There was a constant stream of East India Company servants returning to nineteenth-century Britain with tastes for exotic foods, including mulligatawny soup, curry and pale ale. Both Hodgson and the Burton brewers sought to exploit this potential market in Britain by advertising their beer as Indian Pale Ale, hereafter IPA. The Burton brewers were more successful, using the methods developed in India . They coupled a vigorous marketing campaign with a national distribution network of agencies for the supply of bottled beer. This revolutionised the brewing trade by circumventing the traditional system of public houses, creating Britain ‘s first ‘brewing town’.

It is argued that the role of the Indian community in these developments, whilst elusive, can be found in their rejection of western cultural values.

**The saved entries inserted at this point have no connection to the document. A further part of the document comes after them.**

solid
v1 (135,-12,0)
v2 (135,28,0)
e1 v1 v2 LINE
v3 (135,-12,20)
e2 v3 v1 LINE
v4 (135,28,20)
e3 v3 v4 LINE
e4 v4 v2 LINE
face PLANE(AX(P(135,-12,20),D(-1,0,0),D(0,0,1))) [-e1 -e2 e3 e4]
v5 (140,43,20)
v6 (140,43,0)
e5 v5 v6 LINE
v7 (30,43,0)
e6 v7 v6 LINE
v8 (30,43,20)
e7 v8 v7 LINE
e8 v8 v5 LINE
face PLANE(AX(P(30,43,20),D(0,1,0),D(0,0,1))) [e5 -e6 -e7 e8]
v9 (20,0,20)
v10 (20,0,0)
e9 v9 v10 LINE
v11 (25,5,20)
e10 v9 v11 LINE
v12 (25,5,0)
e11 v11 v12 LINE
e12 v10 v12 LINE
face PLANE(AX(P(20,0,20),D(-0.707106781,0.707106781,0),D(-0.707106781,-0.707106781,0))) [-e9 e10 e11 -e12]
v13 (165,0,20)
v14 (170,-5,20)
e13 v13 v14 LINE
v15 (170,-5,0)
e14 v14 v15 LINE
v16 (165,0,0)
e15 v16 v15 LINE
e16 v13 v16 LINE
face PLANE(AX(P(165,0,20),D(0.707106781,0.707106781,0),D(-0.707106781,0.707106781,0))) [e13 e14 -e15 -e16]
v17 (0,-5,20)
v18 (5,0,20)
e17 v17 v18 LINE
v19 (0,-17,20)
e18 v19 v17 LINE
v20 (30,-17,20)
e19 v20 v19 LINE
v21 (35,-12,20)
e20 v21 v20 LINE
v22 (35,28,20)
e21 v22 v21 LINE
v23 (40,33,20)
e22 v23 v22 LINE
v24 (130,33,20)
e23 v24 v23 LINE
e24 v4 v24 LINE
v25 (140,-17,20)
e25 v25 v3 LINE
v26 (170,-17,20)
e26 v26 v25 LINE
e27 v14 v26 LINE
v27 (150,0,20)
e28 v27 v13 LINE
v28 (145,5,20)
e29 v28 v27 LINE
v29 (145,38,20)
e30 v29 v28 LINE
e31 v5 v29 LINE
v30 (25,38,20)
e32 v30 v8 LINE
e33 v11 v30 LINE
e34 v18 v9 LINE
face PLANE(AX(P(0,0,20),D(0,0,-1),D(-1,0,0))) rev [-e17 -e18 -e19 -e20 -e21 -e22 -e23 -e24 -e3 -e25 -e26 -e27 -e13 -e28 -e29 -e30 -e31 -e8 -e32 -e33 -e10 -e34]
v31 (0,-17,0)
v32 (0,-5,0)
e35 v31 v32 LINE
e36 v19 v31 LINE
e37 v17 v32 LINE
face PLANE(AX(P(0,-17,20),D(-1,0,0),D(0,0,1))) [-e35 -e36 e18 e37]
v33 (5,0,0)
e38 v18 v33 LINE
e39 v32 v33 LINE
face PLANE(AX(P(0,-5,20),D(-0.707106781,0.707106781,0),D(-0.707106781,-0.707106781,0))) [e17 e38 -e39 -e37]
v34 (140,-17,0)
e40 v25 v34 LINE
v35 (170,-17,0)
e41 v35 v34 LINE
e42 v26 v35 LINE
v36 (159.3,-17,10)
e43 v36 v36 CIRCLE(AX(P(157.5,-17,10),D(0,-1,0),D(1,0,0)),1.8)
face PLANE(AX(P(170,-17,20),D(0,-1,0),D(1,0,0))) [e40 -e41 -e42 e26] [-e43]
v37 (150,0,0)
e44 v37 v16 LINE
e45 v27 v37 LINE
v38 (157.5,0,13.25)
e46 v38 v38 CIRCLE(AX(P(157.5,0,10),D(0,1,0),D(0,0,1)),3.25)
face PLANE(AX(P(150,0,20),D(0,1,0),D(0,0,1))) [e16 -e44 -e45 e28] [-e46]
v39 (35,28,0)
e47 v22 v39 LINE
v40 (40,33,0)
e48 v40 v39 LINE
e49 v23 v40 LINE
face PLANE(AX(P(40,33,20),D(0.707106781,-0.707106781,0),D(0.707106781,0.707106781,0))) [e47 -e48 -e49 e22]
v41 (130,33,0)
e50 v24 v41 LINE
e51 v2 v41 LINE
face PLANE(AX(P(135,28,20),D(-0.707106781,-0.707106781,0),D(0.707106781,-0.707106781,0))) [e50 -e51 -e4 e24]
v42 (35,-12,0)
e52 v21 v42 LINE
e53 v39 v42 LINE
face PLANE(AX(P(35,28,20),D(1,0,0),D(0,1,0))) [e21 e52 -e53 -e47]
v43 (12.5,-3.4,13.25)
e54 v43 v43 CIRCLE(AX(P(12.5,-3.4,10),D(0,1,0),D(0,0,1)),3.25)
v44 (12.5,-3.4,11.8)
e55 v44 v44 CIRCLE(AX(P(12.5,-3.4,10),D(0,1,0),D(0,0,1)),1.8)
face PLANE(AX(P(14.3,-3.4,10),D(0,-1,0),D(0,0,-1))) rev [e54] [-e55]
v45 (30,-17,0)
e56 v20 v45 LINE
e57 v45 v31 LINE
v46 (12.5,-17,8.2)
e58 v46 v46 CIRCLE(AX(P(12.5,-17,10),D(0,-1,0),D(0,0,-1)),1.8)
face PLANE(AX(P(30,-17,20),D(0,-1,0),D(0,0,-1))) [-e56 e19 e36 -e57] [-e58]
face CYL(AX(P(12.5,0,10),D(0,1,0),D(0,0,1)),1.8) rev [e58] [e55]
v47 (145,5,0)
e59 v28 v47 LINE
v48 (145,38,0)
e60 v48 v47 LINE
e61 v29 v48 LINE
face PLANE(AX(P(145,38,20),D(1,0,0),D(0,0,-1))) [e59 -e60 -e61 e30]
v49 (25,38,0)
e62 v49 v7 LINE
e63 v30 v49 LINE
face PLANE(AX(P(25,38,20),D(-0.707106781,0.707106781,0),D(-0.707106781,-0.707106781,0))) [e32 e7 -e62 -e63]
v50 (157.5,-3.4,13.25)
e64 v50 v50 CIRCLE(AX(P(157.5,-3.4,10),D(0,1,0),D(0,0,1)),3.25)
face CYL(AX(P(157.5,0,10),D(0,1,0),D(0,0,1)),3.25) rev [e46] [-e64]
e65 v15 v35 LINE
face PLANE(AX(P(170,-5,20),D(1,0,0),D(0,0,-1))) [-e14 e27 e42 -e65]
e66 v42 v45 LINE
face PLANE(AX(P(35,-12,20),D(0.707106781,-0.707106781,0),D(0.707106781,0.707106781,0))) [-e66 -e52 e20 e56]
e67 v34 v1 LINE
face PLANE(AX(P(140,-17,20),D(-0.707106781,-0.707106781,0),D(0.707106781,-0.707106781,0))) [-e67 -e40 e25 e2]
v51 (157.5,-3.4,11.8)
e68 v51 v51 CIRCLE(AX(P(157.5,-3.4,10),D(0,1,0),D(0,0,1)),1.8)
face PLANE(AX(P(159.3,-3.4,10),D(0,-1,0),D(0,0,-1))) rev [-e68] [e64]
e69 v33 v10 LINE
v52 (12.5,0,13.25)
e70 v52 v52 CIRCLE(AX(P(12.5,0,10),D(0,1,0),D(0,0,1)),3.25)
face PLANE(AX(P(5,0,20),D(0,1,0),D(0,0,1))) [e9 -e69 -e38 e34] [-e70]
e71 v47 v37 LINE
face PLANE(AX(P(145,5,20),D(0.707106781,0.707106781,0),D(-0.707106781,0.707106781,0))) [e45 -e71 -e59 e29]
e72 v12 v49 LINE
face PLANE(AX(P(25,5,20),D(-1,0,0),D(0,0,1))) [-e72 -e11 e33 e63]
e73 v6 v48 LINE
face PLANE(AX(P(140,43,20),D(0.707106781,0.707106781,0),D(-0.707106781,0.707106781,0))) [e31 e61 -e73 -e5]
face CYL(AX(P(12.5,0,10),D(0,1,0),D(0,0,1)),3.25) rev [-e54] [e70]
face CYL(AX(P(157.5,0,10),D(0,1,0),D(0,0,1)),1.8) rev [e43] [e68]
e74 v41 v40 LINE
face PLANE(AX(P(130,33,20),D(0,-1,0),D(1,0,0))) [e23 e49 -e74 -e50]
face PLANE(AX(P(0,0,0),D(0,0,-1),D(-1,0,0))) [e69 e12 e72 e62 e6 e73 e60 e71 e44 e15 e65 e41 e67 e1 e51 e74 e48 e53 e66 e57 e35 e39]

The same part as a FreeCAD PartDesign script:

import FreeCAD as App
import Part
import Sketcher

V = App.Vector


def add_polygon(sketch, points):
    """Adds a closed chain of lines whose ends are joined by coincident constraints."""
    first, n = sketch.GeometryCount, len(points)
    for a, b in zip(points, points[1:] + points[:1]):
        sketch.addGeometry(Part.LineSegment(App.Vector(*a, 0), App.Vector(*b, 0)), False)
    for i in range(n):
        sketch.addConstraint(Sketcher.Constraint("Coincident", first + i, 2, first + (i + 1) % n, 1))

doc = App.newDocument("Part")
body = doc.addObject("PartDesign::Body", "Body")

sketch1 = body.newObject("Sketcher::SketchObject", "Sketch")
sketch1.AttachmentSupport = (doc.getObject("XY_Plane"), [""])
sketch1.MapMode = "FlatFace"
add_polygon(sketch1, [(20, 0), (5, 0), (0, -5), (0, -17), (30, -17), (35, -12), (35, 28), (40, 33), (130, 33), (135, 28), (135, -12), (140, -17), (170, -17), (170, -5), (165, 0), (150, 0), (145, 5), (145, 38), (140, 43), (30, 43), (25, 38), (25, 5)])
sketch1.addConstraint([
    Sketcher.Constraint("Horizontal", 0),
    Sketcher.Constraint("Vertical", 2),
    Sketcher.Constraint("Horizontal", 3),
    Sketcher.Constraint("Vertical", 5),
    Sketcher.Constraint("Horizontal", 7),
    Sketcher.Constraint("Vertical", 9),
    Sketcher.Constraint("Horizontal", 11),
    Sketcher.Constraint("Vertical", 12),
    Sketcher.Constraint("Horizontal", 14),
    Sketcher.Constraint("Vertical", 16),
    Sketcher.Constraint("Horizontal", 18),
    Sketcher.Constraint("Vertical", 20),
    Sketcher.Constraint("PointOnObject", 0, 2, -1),
    Sketcher.Constraint("PointOnObject", 1, 2, -2),
    Sketcher.Constraint("PointOnObject", 13, 2, -1),
    Sketcher.Constraint("Parallel", 1, 4),
    Sketcher.Constraint("Parallel", 4, 6),
    Sketcher.Constraint("Perpendicular", 6, 8),
    Sketcher.Constraint("Parallel", 8, 10),
    Sketcher.Constraint("Parallel", 10, 13),
    Sketcher.Constraint("Parallel", 13, 15),
    Sketcher.Constraint("Parallel", 15, 17),
    Sketcher.Constraint("Perpendicular", 17, 19),
    Sketcher.Constraint("Parallel", 19, 21),
    Sketcher.Constraint("Horizontal", 5, 2, 8, 2),
    Sketcher.Constraint("Horizontal", 4, 2, 9, 2),
    Sketcher.Constraint("Horizontal", 3, 2, 10, 2),
    Sketcher.Constraint("Horizontal", 1, 2, 12, 2),
    Sketcher.Constraint("Horizontal", 16, 2, 19, 2),
    Sketcher.Constraint("Horizontal", 15, 2, 20, 2),
    Sketcher.Constraint("Vertical", 10, 2, 17, 2),
    Sketcher.Constraint("Vertical", 3, 2, 18, 2),
    Sketcher.Constraint("Equal", 3, 11),
    Sketcher.Constraint("Equal", 0, 14),
    Sketcher.Constraint("Equal", 1, 4),
    Sketcher.Constraint("Equal", 4, 6),
    Sketcher.Constraint("Equal", 13, 15),
    Sketcher.Constraint("Equal", 15, 17),
    Sketcher.Constraint("DistanceX", 0, 2, 0, 1, 15.0),
    Sketcher.Constraint("DistanceX", 3, 1, 3, 2, 30.0),
    Sketcher.Constraint("DistanceX", 7, 1, 7, 2, 90.0),
    Sketcher.Constraint("DistanceY", 2, 2, 2, 1, 12.0),
    Sketcher.Constraint("DistanceY", 5, 1, 5, 2, 40.0),
    Sketcher.Constraint("DistanceY", 16, 1, 16, 2, 33.0),
])
pad1 = body.newObject("PartDesign::Pad", "Pad")
pad1.Profile = sketch1
pad1.Length = 20

sketch2 = body.newObject("Sketcher::SketchObject", "Sketch001")
sketch2.AttachmentSupport = (doc.getObject("XZ_Plane"), [""])
sketch2.MapMode = "FlatFace"
sketch2.addGeometry([
    Part.Circle(V(157.5, 10, 0), V(0, 0, 1), 1.8),
    Part.Circle(V(12.5, 10, 0), V(0, 0, 1), 1.8),
], False)
sketch2.addConstraint([
    Sketcher.Constraint("Equal", 0, 1),
    Sketcher.Constraint("Horizontal", 0, 3, 1, 3),
    Sketcher.Constraint("Diameter", 0, 3.6),
    Sketcher.Constraint("DistanceY", -1, 1, 0, 3, 10.0),
    Sketcher.Constraint("DistanceX", 1, 3, 0, 3, 145.0),
    Sketcher.Constraint("DistanceX", -1, 1, 0, 3, 157.5),
])
doc.recompute()
hole = body.newObject("PartDesign::Hole", "Hole")
hole.Profile = sketch2
hole.ThreadType = "None"
hole.Diameter = 3.6
hole.DepthType = "Dimension"
hole.Depth = 17
hole.DrillPoint = "Flat"
hole.HoleCutType = "Counterbore"
hole.HoleCutDiameter = 6.5
hole.HoleCutDepth = 3.4
hole.Reversed = True

doc.recompute()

Their reluctance to buy British manufactured goods resulted in the loss of the East India Company’s monopoly, which was then reduced to governing the country as a surrogate arm of the state. The well-paid army officers and civil servants stationed in India were the principal customers for IPA. This massive bureaucracy, which was funded by taxes from Indian peasants, was superimposed on the country and never part of the Indian culture. Instead, it was the British who adapted to the Indian way of life, creating an Anglo-Indian sub-culture where IPA developed into an iconic feature that spread throughout the British Empire . In a final ironic stage, this Anglo-Indian product was introduced to the British market, where it transformed the brewing industry.